* **Provided material**:

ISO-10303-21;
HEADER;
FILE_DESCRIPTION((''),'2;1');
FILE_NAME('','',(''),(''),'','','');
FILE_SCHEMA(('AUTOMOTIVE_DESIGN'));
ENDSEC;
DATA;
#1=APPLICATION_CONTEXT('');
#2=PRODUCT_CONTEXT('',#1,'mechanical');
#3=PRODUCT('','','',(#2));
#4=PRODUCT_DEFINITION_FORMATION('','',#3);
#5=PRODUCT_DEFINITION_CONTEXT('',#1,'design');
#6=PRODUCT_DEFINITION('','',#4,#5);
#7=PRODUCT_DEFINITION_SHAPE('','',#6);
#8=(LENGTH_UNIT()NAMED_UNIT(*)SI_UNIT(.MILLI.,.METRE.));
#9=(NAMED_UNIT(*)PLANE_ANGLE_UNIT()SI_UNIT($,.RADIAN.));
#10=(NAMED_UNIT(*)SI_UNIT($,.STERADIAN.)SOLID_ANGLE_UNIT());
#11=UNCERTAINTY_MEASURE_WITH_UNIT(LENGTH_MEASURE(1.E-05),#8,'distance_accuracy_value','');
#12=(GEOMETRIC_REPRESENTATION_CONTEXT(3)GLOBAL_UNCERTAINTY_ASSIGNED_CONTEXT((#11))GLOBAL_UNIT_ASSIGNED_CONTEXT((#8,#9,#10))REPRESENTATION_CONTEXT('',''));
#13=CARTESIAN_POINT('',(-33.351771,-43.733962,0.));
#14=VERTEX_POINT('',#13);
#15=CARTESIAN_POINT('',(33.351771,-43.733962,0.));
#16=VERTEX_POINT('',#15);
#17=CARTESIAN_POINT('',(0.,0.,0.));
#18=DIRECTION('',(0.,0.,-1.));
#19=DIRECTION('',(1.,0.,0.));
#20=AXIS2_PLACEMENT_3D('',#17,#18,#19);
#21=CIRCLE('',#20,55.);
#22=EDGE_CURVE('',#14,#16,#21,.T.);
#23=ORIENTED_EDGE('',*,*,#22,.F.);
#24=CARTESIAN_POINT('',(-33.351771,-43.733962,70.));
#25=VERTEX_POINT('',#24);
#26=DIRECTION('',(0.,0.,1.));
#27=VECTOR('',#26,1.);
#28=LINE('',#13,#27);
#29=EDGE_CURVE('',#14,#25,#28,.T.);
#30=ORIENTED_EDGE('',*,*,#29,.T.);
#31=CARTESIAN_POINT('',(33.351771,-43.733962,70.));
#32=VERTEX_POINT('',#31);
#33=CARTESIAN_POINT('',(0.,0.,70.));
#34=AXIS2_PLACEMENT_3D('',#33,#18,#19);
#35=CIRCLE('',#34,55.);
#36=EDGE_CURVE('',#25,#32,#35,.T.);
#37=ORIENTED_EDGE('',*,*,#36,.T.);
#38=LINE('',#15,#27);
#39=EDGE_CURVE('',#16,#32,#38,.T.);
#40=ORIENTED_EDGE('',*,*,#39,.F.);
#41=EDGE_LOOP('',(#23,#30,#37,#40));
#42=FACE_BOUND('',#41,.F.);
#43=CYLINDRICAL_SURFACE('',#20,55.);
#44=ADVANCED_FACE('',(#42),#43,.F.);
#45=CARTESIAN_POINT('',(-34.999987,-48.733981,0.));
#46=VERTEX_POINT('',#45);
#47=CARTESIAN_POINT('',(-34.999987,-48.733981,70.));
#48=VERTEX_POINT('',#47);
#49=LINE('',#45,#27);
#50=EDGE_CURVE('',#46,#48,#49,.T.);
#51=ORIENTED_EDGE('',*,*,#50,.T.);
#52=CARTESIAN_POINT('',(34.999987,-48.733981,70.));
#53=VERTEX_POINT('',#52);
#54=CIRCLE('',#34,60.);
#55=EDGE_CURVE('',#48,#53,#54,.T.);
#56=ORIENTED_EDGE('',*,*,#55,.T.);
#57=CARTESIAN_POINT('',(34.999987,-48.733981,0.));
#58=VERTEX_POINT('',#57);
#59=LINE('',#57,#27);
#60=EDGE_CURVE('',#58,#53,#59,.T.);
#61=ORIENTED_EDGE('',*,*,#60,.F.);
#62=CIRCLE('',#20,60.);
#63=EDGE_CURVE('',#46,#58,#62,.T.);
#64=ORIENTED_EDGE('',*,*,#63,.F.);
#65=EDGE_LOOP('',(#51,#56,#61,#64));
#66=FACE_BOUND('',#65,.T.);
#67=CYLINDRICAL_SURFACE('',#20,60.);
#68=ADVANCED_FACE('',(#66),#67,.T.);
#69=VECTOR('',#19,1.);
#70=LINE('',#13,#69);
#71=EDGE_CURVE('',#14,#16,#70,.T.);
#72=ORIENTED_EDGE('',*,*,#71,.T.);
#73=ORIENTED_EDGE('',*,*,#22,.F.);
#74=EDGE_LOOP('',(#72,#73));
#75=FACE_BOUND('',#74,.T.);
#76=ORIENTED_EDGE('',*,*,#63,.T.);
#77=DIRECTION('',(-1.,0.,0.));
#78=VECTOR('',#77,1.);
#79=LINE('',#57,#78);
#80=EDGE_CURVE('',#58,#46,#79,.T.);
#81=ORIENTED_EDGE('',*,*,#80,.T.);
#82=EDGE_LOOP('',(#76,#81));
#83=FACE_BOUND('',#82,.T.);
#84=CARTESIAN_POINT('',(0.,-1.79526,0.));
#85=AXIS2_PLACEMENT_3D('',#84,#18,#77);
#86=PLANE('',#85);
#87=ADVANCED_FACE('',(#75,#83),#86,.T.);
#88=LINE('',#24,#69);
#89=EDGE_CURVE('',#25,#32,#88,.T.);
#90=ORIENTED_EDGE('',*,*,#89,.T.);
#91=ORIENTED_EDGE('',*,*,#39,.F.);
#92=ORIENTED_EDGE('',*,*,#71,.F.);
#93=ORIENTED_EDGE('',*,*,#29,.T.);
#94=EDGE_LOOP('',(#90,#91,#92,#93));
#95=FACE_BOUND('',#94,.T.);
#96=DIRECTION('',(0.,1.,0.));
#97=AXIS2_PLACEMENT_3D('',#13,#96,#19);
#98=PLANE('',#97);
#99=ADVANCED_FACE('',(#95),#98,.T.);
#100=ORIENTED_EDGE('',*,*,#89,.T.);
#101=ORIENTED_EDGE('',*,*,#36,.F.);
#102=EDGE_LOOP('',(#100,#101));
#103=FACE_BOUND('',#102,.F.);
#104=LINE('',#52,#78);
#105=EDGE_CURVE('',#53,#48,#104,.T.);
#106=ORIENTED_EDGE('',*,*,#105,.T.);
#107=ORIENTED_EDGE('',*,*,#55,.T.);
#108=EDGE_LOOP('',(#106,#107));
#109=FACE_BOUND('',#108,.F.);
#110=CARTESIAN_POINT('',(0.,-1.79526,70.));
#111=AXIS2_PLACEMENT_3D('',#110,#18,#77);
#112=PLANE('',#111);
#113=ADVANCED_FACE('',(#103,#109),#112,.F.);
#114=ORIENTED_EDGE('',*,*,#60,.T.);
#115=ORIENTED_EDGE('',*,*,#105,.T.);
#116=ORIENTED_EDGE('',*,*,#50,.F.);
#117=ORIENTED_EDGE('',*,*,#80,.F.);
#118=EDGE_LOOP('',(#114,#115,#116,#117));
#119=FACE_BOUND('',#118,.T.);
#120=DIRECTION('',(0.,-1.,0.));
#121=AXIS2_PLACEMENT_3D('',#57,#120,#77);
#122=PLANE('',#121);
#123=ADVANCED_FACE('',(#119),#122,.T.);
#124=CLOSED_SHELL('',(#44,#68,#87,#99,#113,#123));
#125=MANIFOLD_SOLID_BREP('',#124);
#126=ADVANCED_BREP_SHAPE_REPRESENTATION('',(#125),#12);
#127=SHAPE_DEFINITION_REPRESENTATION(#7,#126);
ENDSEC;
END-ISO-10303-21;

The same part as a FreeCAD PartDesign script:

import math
import FreeCAD as App
import Part
import Sketcher

V = App.Vector
Q = App.Units.Quantity

doc = App.newDocument("Part")
body = doc.addObject("PartDesign::Body", "Body")

sketch1 = body.newObject("Sketcher::SketchObject", "Sketch")
sketch1.AttachmentSupport = (doc.getObject("XY_Plane"), [""])
sketch1.MapMode = "FlatFace"
sketch1.addGeometry([
    Part.LineSegment(V(-35, -49, 0), V(35, -49, 0)),
    Part.ArcOfCircle(Part.Circle(V(0, 0, 0), V(0, 0, 1), 60), math.radians(-54), math.radians(234)),
    Part.LineSegment(V(33, -44, 0), V(-33, -44, 0)),
    Part.ArcOfCircle(Part.Circle(V(0, 0, 0), V(0, 0, 1), 55), math.radians(-53), math.radians(233)),
], False)
sketch1.addConstraint([
    Sketcher.Constraint("Coincident", 0, 1, 1, 2),
    Sketcher.Constraint("Coincident", 1, 1, 0, 2),
    Sketcher.Constraint("Coincident", 2, 1, 3, 1),
    Sketcher.Constraint("Coincident", 3, 2, 2, 2),
    Sketcher.Constraint("Horizontal", 0),
    Sketcher.Constraint("Horizontal", 2),
    Sketcher.Constraint("Coincident", 1, 3, -1, 1),
    Sketcher.Constraint("Coincident", 3, 3, -1, 1),
    Sketcher.Constraint("Radius", 1, Q("60 mm")),
    Sketcher.Constraint("Radius", 3, Q("55 mm")),
    Sketcher.Constraint("DistanceX", 0, 1, 0, 2, Q("70 mm")),
    Sketcher.Constraint("DistanceY", 1, 1, 2, 1, Q("5 mm")),
])
pad1 = body.newObject("PartDesign::Pad", "Pad")
pad1.Profile = sketch1
pad1.Length = 70

doc.recompute()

* **Exercise requirements**:
What you return should be exactly the lines above, starting at the one with "#98=PLANE('',#97);" and ending at the one with "#106=ORIENTED_EDGE('',*,*,#105,.T.);", and nothing else.

* **Output for this task**:
#98=PLANE('',#97);
#99=ADVANCED_FACE('',(#95),#98,.T.);
#100=ORIENTED_EDGE('',*,*,#89,.T.);
#101=ORIENTED_EDGE('',*,*,#36,.F.);
#102=EDGE_LOOP('',(#100,#101));
#103=FACE_BOUND('',#102,.F.);
#104=LINE('',#52,#78);
#105=EDGE_CURVE('',#53,#48,#104,.T.);
#106=ORIENTED_EDGE('',*,*,#105,.T.);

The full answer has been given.